The ‘Forbes 30 under 30’ trap
I have always dreamt of appearing on ‘Forbes 30 under 30’ list: to me it’s one of the highest public acknowledgment of success. I became obsessed with the idea, to the point where I thought what project could get me on this list one day, which was unsustainable. Because what happens once you make it on the list? Or if you don’t make it? Life does not end once you have achieved an intended outcome or reached a goal. That’s where I feel personal development can be a trap, because it’s always by goals ticking and bucket lists etc. which makes us forget how to enjoy the process on the daily. Whether it’s the Forbes 30 under 30 list, or anything else, we should not be attached to the outcome more than we enjoy the process.
The #GOALS trap
We spend a lot of time talking about our dreams and goals, instead of actively working on them.
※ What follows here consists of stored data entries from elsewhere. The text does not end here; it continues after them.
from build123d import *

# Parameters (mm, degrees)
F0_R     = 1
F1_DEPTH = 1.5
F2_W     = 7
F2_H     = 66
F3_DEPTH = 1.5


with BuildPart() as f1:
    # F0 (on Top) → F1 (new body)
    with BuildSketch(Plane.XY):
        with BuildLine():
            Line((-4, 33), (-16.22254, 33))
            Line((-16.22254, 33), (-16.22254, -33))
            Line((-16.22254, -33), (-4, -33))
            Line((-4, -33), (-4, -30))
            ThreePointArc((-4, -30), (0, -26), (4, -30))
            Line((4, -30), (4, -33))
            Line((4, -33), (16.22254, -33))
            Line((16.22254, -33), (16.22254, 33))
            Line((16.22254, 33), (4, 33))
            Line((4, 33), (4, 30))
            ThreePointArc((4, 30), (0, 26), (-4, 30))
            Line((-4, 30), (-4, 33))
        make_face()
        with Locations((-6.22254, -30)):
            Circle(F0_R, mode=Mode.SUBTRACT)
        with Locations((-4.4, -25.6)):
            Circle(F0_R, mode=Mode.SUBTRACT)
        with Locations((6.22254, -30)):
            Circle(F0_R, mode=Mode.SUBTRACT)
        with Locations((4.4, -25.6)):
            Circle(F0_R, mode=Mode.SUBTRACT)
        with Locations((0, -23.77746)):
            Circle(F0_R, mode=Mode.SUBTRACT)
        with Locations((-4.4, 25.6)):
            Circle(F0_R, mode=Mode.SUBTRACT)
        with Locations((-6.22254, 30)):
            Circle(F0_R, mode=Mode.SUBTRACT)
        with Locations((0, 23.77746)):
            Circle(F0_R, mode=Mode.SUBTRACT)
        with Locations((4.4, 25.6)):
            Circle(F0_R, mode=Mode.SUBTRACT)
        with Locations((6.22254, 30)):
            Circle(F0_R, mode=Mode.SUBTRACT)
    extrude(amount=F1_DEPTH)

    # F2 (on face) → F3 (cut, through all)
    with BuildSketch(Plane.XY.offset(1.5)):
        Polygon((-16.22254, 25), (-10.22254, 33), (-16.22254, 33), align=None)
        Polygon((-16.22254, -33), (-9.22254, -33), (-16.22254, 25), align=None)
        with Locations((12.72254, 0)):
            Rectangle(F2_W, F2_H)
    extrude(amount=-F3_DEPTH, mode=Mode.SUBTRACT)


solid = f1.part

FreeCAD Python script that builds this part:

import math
import FreeCAD as App
import Part
import Sketcher

V = App.Vector
Q = App.Units.Quantity

doc = App.newDocument("Part")
body = doc.addObject("PartDesign::Body", "Body")

sketch1 = body.newObject("Sketcher::SketchObject", "Sketch")
sketch1.AttachmentSupport = (doc.getObject("XY_Plane"), [""])
sketch1.MapMode = "FlatFace"
sketch1.addGeometry([
    Part.LineSegment(V(-4, 33, 0), V(-16.22254, 33, 0)),
    Part.LineSegment(V(-16.22254, 33, 0), V(-16.22254, -33, 0)),
    Part.LineSegment(V(-16.22254, -33, 0), V(-4, -33, 0)),
    Part.LineSegment(V(-4, -33, 0), V(-4, -30, 0)),
    Part.ArcOfCircle(Part.Circle(V(0, -30, 0), V(0, 0, 1), 4), math.radians(0), math.radians(180)),
    Part.LineSegment(V(4, -30, 0), V(4, -33, 0)),
    Part.LineSegment(V(4, -33, 0), V(16.22254, -33, 0)),
    Part.LineSegment(V(16.22254, -33, 0), V(16.22254, 33, 0)),
    Part.LineSegment(V(16.22254, 33, 0), V(4, 33, 0)),
    Part.LineSegment(V(4, 33, 0), V(4, 30, 0)),
    Part.ArcOfCircle(Part.Circle(V(0, 30, 0), V(0, 0, 1), 4), math.radians(180), math.radians(360)),
    Part.LineSegment(V(-4, 30, 0), V(-4, 33, 0)),
    Part.Circle(V(-6.22254, -30, 0), V(0, 0, 1), 1),
    Part.Circle(V(-4.4, -25.6, 0), V(0, 0, 1), 1),
    Part.Circle(V(0, -23.77746, 0), V(0, 0, 1), 1),
    Part.Circle(V(4.4, -25.6, 0), V(0, 0, 1), 1),
    Part.Circle(V(6.22254, -30, 0), V(0, 0, 1), 1),
    Part.Circle(V(-6.22254, 30, 0), V(0, 0, 1), 1),
    Part.Circle(V(-4.4, 25.6, 0), V(0, 0, 1), 1),
    Part.Circle(V(0, 23.77746, 0), V(0, 0, 1), 1),
    Part.Circle(V(4.4, 25.6, 0), V(0, 0, 1), 1),
    Part.Circle(V(6.22254, 30, 0), V(0, 0, 1), 1),
], False)
sketch1.addConstraint([
    Sketcher.Constraint("Coincident", 0, 2, 1, 1),
    Sketcher.Constraint("Coincident", 1, 2, 2, 1),
    Sketcher.Constraint("Coincident", 2, 2, 3, 1),
    Sketcher.Constraint("Tangent", 3, 2, 4, 2),
    Sketcher.Constraint("Tangent", 4, 1, 5, 1),
    Sketcher.Constraint("Coincident", 5, 2, 6, 1),
    Sketcher.Constraint("Coincident", 6, 2, 7, 1),
    Sketcher.Constraint("Coincident", 7, 2, 8, 1),
    Sketcher.Constraint("Coincident", 8, 2, 9, 1),
    Sketcher.Constraint("Tangent", 9, 2, 10, 2),
    Sketcher.Constraint("Tangent", 10, 1, 11, 1),
    Sketcher.Constraint("Coincident", 11, 2, 0, 1),
    Sketcher.Constraint("Horizontal", 0),
    Sketcher.Constraint("Vertical", 1),
    Sketcher.Constraint("Horizontal", 2),
    Sketcher.Constraint("Vertical", 3),
    Sketcher.Constraint("Vertical", 5),
    Sketcher.Constraint("Horizontal", 6),
    Sketcher.Constraint("Vertical", 7),
    Sketcher.Constraint("Horizontal", 8),
    Sketcher.Constraint("Vertical", 9),
    Sketcher.Constraint("Vertical", 11),
    Sketcher.Constraint("Equal", 4, 10),
    Sketcher.Constraint("Equal", 12, 13),
    Sketcher.Constraint("Equal", 13, 14),
    Sketcher.Constraint("Equal", 14, 15),
    Sketcher.Constraint("Equal", 15, 16),
    Sketcher.Constraint("Equal", 16, 17),
    Sketcher.Constraint("Equal", 17, 18),
    Sketcher.Constraint("Equal", 18, 19),
    Sketcher.Constraint("Equal", 19, 20),
    Sketcher.Constraint("Equal", 20, 21),
    Sketcher.Constraint("Symmetric", 4, 3, 10, 3, -1, 1),
    Sketcher.Constraint("Symmetric", 16, 3, 17, 3, -1, 1),
    Sketcher.Constraint("Symmetric", 15, 3, 18, 3, -1, 1),
    Sketcher.Constraint("Symmetric", 14, 3, 19, 3, -1, 1),
    Sketcher.Constraint("Symmetric", 13, 3, 20, 3, -1, 1),
    Sketcher.Constraint("Symmetric", 12, 3, 21, 3, -1, 1),
    Sketcher.Constraint("Symmetric", 0, 2, 6, 2, -1, 1),
    Sketcher.Constraint("Symmetric", 13, 3, 15, 3, -2),
    Sketcher.Constraint("Symmetric", 12, 3, 16, 3, -2),
    Sketcher.Constraint("Symmetric", 2, 2, 5, 2, -2),
    Sketcher.Constraint("PointOnObject", 14, 3, -2),
    Sketcher.Constraint("Horizontal", 4, 3, 12, 3),
    Sketcher.Constraint("Horizontal", 0, 2, 7, 2),
    Sketcher.Constraint("Diameter", 12, Q("2 mm")),
    Sketcher.Constraint("Radius", 4, Q("4 mm")),
    Sketcher.Constraint("DistanceY", 1, 2, 1, 1, Q("66 mm")),
    Sketcher.Constraint("DistanceY", 3, 1, 3, 2, Q("3 mm")),
    Sketcher.Constraint("DistanceX", 0, 2, 17, 3, Q("10 mm")),
    Sketcher.Constraint("DistanceX", 13, 3, -1, 1, Q("4.4 mm")),
    Sketcher.Constraint("DistanceY", 13, 3, -1, 1, Q("25.6 mm")),
    Sketcher.Constraint("DistanceX", 0, 2, 0, 1, Q("12.22254 mm")),
    Sketcher.Constraint("DistanceY", 14, 3, -1, 1, Q("23.77746 mm")),
])
pad1 = body.newObject("PartDesign::Pad", "Pad")
pad1.Profile = sketch1
pad1.Length = 1.5

sketch2 = body.newObject("Sketcher::SketchObject", "Sketch001")
sketch2.AttachmentSupport = (doc.getObject("XY_Plane"), [""])
sketch2.MapMode = "FlatFace"
sketch2.AttachmentOffset = App.Placement(V(0, 0, 1.5), App.Rotation())
sketch2.addGeometry([
    Part.LineSegment(V(-16.22254, 25, 0), V(-10.22254, 33, 0)),
    Part.LineSegment(V(-10.22254, 33, 0), V(-16.22254, 33, 0)),
    Part.LineSegment(V(-16.22254, 33, 0), V(-16.22254, 25, 0)),
    Part.LineSegment(V(-16.22254, -33, 0), V(-9.22254, -33, 0)),
    Part.LineSegment(V(-9.22254, -33, 0), V(-16.22254, 25, 0)),
    Part.LineSegment(V(-16.22254, 25, 0), V(-16.22254, -33, 0)),
    Part.LineSegment(V(9.22254, 33, 0), V(9.22254, -33, 0)),
    Part.LineSegment(V(9.22254, -33, 0), V(16.22254, -33, 0)),
    Part.LineSegment(V(16.22254, -33, 0), V(16.22254, 33, 0)),
    Part.LineSegment(V(16.22254, 33, 0), V(9.22254, 33, 0)),
], False)
sketch2.addConstraint([
    Sketcher.Constraint("Coincident", 0, 2, 1, 1),
    Sketcher.Constraint("Coincident", 1, 2, 2, 1),
    Sketcher.Constraint("Coincident", 2, 2, 0, 1),
    Sketcher.Constraint("Coincident", 3, 2, 4, 1),
    Sketcher.Constraint("Coincident", 4, 2, 5, 1),
    Sketcher.Constraint("Coincident", 5, 2, 3, 1),
    Sketcher.Constraint("Coincident", 6, 2, 7, 1),
    Sketcher.Constraint("Coincident", 7, 2, 8, 1),
    Sketcher.Constraint("Coincident", 8, 2, 9, 1),
    Sketcher.Constraint("Coincident", 9, 2, 6, 1),
    Sketcher.Constraint("Horizontal", 1),
    Sketcher.Constraint("Vertical", 2),
    Sketcher.Constraint("Horizontal", 3),
    Sketcher.Constraint("Vertical", 5),
    Sketcher.Constraint("Vertical", 6),
    Sketcher.Constraint("Horizontal", 7),
    Sketcher.Constraint("Vertical", 8),
    Sketcher.Constraint("Horizontal", 9),
    Sketcher.Constraint("Coincident", 4, 2, 2, 2),
    Sketcher.Constraint("Symmetric", 1, 2, 7, 2, -1, 1),
    Sketcher.Constraint("Symmetric", 3, 2, 9, 2, -1, 1),
    Sketcher.Constraint("Horizontal", 5, 2, 6, 2),
    Sketcher.Constraint("DistanceX", 1, 2, 1, 1, Q("6 mm")),
    Sketcher.Constraint("DistanceX", 3, 1, 3, 2, Q("7 mm")),
    Sketcher.Constraint("DistanceY", 2, 2, 2, 1, Q("8 mm")),
    Sketcher.Constraint("DistanceY", 5, 2, 5, 1, Q("58 mm")),
    Sketcher.Constraint("DistanceX", 0, 2, -1, 1, Q("10.22254 mm")),
])
pocket1 = body.newObject("PartDesign::Pocket", "Pocket")
pocket1.Profile = sketch2
pocket1.Type = "ThroughAll"

doc.recompute()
We make it all pretty on vision boards, and tweet so much about it, that it gives us a false sense of completion. However, there is no substitute for hard work. Positive affirmations is here to keep you going mentally or spiritual, but it does not replace the actual sweat, tears and blood that come from putting in the work.
The dependence trap
One of the scariest thing about self-help, is that we can become dependent on seeking help and motivation from books, podcasts, talks, seminars etc. To the point that our own voice is no longer first. It’s good to ask for help, but the whole point of SELF-help, is to be of assistance to oneself, and not completely rely on a personal development guru to guide you. The books, the workshops, the podcasts, the TedTalks etc… these are great resources, but only you have the answer to what is right for you. So don’t kill yourself trying every routines out there or following a million of tips and advices. You can do great just without.
As I am still trying to find balance in my personal development journey, I cannot tell you what to do, but I can share what I have learnt so far in the hope that we can help each other!